■ INSTRUCTIONS FOR THE TASK
Given the material below, return only the lines starting at the line with "v 18.074 -8.95 2" and ending at the line with "v -18.236 -1.45 4", exactly as they appear.
----- GIVEN DATA -----
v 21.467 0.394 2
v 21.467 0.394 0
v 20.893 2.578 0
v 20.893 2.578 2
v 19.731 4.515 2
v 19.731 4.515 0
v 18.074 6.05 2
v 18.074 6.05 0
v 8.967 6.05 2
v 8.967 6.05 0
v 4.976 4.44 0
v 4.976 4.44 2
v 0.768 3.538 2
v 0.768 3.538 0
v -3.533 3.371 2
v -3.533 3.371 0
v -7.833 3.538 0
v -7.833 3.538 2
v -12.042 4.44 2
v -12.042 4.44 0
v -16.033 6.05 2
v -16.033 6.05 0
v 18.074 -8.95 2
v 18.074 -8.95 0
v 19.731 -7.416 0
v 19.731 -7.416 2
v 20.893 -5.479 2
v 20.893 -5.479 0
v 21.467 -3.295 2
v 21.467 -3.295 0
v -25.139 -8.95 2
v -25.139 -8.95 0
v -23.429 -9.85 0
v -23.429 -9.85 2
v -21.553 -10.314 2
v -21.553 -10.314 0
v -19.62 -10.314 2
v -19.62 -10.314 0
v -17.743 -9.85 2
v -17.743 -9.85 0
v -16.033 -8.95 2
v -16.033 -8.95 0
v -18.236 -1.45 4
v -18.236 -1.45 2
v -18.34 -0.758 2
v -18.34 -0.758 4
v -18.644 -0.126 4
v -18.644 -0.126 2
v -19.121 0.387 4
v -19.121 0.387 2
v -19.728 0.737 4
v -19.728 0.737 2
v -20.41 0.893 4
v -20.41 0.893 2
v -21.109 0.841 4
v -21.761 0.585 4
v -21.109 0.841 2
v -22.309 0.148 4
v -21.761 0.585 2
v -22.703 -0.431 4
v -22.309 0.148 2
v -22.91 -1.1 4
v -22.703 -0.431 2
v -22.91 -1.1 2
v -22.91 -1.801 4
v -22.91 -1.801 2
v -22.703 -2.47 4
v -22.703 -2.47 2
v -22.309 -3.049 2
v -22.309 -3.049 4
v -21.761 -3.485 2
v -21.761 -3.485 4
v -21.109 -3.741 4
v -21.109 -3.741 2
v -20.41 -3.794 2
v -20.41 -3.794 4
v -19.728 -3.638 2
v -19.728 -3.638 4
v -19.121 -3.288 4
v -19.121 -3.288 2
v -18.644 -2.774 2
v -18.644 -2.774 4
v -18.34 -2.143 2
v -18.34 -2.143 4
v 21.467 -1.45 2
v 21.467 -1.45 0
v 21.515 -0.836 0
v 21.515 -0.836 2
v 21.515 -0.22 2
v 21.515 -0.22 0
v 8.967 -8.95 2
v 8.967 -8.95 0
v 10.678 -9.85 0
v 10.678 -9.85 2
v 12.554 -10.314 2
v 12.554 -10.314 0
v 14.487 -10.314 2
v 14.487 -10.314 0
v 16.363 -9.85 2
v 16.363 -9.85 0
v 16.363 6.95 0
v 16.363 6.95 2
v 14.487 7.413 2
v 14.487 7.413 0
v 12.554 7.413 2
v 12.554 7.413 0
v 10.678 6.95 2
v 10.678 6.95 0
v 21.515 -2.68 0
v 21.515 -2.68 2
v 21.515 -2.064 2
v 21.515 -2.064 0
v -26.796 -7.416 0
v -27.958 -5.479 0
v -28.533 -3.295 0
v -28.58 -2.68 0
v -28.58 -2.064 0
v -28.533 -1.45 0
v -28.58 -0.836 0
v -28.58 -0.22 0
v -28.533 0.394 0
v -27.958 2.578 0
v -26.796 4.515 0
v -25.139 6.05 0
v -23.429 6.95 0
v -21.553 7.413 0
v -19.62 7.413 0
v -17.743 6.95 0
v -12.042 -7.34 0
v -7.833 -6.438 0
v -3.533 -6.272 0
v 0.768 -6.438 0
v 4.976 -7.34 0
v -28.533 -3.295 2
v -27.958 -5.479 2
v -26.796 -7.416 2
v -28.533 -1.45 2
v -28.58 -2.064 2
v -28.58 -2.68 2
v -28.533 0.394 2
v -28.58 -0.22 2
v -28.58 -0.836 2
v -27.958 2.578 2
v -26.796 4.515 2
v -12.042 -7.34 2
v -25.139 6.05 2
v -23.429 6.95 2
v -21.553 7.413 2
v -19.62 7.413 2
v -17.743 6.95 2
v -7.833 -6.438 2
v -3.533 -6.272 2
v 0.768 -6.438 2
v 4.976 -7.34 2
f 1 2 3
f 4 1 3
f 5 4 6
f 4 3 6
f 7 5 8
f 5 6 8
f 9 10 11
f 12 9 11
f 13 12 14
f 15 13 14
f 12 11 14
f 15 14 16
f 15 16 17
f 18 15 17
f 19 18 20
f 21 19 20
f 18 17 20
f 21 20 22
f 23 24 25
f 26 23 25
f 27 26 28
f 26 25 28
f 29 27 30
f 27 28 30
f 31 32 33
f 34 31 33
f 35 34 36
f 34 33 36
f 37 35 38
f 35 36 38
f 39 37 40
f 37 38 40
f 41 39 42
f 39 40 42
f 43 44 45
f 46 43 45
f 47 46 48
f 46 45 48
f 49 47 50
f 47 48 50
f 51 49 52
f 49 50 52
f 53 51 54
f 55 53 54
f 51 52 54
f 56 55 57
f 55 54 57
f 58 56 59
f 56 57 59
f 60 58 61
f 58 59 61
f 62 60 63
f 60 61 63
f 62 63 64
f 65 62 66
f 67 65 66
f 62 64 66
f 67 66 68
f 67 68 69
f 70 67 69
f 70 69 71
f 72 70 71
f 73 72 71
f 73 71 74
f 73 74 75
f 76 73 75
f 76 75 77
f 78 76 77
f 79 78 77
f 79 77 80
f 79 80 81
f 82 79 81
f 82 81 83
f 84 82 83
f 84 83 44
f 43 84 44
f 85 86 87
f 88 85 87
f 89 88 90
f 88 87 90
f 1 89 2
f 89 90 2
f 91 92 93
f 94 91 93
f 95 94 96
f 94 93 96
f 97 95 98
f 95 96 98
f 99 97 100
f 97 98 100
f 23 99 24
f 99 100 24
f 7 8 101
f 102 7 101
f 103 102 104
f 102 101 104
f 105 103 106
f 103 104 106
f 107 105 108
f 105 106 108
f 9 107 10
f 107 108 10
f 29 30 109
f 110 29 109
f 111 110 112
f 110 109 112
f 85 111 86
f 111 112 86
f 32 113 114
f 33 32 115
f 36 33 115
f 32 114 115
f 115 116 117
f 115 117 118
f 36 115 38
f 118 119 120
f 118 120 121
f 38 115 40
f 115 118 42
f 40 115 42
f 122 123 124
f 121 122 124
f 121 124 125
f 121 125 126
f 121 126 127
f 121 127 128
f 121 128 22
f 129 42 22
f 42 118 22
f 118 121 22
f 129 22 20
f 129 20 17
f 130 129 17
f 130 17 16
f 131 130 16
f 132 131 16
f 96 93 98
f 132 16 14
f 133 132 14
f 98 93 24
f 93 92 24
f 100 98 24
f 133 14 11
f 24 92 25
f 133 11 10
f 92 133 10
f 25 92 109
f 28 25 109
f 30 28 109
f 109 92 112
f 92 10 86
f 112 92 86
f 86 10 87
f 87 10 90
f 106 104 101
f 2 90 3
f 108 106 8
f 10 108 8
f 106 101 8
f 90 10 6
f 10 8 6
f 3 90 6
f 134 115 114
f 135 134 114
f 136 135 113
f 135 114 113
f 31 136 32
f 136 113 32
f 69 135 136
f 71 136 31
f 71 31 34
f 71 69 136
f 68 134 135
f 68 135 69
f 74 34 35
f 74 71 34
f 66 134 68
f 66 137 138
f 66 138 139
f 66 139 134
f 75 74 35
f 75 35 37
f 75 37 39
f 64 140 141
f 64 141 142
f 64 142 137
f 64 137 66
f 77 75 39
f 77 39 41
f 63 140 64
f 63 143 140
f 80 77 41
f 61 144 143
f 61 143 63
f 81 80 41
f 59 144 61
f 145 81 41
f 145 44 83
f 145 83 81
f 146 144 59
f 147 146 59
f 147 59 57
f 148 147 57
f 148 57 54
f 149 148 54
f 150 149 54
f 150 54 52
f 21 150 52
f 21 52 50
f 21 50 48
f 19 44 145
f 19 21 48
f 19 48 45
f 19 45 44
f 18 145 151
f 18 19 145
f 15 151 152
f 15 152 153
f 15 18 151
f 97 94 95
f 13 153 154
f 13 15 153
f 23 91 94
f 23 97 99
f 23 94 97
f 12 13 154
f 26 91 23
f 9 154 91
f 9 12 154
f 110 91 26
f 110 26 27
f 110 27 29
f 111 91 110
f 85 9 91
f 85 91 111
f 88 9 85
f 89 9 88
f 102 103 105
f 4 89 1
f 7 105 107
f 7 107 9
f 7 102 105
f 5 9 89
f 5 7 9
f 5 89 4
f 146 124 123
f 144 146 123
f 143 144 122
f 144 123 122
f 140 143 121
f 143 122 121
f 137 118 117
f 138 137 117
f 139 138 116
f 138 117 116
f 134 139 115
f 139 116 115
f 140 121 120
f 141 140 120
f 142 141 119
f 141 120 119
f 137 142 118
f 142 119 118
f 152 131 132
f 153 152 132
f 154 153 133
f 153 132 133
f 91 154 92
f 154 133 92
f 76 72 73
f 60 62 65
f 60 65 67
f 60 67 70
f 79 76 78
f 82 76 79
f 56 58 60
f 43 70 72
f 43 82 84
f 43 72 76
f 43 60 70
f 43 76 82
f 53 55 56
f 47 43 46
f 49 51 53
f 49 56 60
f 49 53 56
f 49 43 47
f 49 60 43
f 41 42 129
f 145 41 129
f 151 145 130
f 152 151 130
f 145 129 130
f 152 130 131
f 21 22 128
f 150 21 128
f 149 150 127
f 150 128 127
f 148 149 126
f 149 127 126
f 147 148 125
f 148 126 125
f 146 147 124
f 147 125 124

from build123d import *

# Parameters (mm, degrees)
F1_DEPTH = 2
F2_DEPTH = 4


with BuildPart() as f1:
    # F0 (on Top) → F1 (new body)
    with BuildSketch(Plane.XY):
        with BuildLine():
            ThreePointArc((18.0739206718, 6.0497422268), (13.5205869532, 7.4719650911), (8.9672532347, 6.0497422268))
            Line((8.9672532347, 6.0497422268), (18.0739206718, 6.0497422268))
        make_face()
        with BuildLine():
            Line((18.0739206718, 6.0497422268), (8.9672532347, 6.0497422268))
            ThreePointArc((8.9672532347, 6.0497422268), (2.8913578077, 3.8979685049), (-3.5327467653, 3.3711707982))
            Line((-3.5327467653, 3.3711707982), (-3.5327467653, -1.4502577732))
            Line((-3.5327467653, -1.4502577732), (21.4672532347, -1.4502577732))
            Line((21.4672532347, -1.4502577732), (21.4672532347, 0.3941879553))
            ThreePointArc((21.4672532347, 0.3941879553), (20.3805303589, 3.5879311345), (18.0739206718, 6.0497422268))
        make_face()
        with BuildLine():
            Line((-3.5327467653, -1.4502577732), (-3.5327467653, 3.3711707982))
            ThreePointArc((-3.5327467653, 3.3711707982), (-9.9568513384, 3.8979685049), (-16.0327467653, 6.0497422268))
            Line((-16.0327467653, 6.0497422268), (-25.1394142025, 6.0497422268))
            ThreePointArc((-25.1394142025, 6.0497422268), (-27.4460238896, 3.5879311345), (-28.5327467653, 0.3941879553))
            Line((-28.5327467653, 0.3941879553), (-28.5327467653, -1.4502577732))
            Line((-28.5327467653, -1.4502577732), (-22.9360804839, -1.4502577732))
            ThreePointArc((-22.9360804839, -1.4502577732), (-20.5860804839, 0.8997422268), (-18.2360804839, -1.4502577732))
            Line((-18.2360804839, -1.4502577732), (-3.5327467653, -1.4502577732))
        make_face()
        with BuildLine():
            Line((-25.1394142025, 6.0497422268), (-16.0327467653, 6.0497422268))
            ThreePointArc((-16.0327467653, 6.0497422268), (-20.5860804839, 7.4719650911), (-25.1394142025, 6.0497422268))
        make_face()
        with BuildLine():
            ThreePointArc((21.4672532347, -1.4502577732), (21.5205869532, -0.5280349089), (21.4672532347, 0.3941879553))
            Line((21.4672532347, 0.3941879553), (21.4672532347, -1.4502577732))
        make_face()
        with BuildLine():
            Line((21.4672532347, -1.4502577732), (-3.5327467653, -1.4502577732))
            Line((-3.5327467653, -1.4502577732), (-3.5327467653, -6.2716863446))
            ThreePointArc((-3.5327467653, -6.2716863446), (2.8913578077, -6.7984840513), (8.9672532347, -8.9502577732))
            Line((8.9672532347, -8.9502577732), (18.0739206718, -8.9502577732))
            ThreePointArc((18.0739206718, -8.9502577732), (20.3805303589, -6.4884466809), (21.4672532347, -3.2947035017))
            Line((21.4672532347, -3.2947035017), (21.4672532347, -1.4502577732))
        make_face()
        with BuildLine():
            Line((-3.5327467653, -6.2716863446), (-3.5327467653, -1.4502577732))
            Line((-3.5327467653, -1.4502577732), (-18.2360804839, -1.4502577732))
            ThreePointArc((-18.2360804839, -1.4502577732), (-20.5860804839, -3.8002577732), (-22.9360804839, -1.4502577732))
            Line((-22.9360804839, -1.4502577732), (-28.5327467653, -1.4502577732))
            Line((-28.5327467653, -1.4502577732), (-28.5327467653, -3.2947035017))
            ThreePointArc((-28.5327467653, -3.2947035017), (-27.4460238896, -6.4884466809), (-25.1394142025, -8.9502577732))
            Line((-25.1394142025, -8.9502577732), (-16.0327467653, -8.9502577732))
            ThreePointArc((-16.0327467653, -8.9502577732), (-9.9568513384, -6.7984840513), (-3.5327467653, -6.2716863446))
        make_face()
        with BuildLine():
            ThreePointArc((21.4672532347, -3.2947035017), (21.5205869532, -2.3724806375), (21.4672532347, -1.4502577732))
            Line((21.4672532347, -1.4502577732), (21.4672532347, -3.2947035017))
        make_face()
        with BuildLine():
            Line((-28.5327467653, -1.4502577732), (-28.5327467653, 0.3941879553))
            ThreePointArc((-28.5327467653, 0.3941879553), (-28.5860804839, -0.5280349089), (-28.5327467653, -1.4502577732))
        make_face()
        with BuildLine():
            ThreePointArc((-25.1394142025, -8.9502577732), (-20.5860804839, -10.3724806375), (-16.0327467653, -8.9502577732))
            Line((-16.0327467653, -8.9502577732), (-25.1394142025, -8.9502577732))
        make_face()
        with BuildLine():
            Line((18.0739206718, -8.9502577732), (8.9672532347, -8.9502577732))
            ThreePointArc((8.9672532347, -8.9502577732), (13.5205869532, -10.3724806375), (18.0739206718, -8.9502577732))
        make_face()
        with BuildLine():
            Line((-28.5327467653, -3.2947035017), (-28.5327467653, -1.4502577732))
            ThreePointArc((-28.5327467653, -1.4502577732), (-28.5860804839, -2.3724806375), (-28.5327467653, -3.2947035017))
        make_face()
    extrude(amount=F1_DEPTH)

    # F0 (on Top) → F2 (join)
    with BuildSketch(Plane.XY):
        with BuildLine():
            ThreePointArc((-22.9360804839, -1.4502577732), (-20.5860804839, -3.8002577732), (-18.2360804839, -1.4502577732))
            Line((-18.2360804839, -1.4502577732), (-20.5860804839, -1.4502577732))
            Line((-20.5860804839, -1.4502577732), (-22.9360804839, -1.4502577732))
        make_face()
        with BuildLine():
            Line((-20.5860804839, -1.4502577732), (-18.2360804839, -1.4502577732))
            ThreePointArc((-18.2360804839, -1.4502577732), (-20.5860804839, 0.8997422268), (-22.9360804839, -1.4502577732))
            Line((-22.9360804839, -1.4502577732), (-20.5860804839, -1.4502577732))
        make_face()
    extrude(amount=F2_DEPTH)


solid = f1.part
-----
■ RESULT BELOW
v 18.074 -8.95 2
v 18.074 -8.95 0
v 19.731 -7.416 0
v 19.731 -7.416 2
v 20.893 -5.479 2
v 20.893 -5.479 0
v 21.467 -3.295 2
v 21.467 -3.295 0
v -25.139 -8.95 2
v -25.139 -8.95 0
v -23.429 -9.85 0
v -23.429 -9.85 2
v -21.553 -10.314 2
v -21.553 -10.314 0
v -19.62 -10.314 2
v -19.62 -10.314 0
v -17.743 -9.85 2
v -17.743 -9.85 0
v -16.033 -8.95 2
v -16.033 -8.95 0
v -18.236 -1.45 4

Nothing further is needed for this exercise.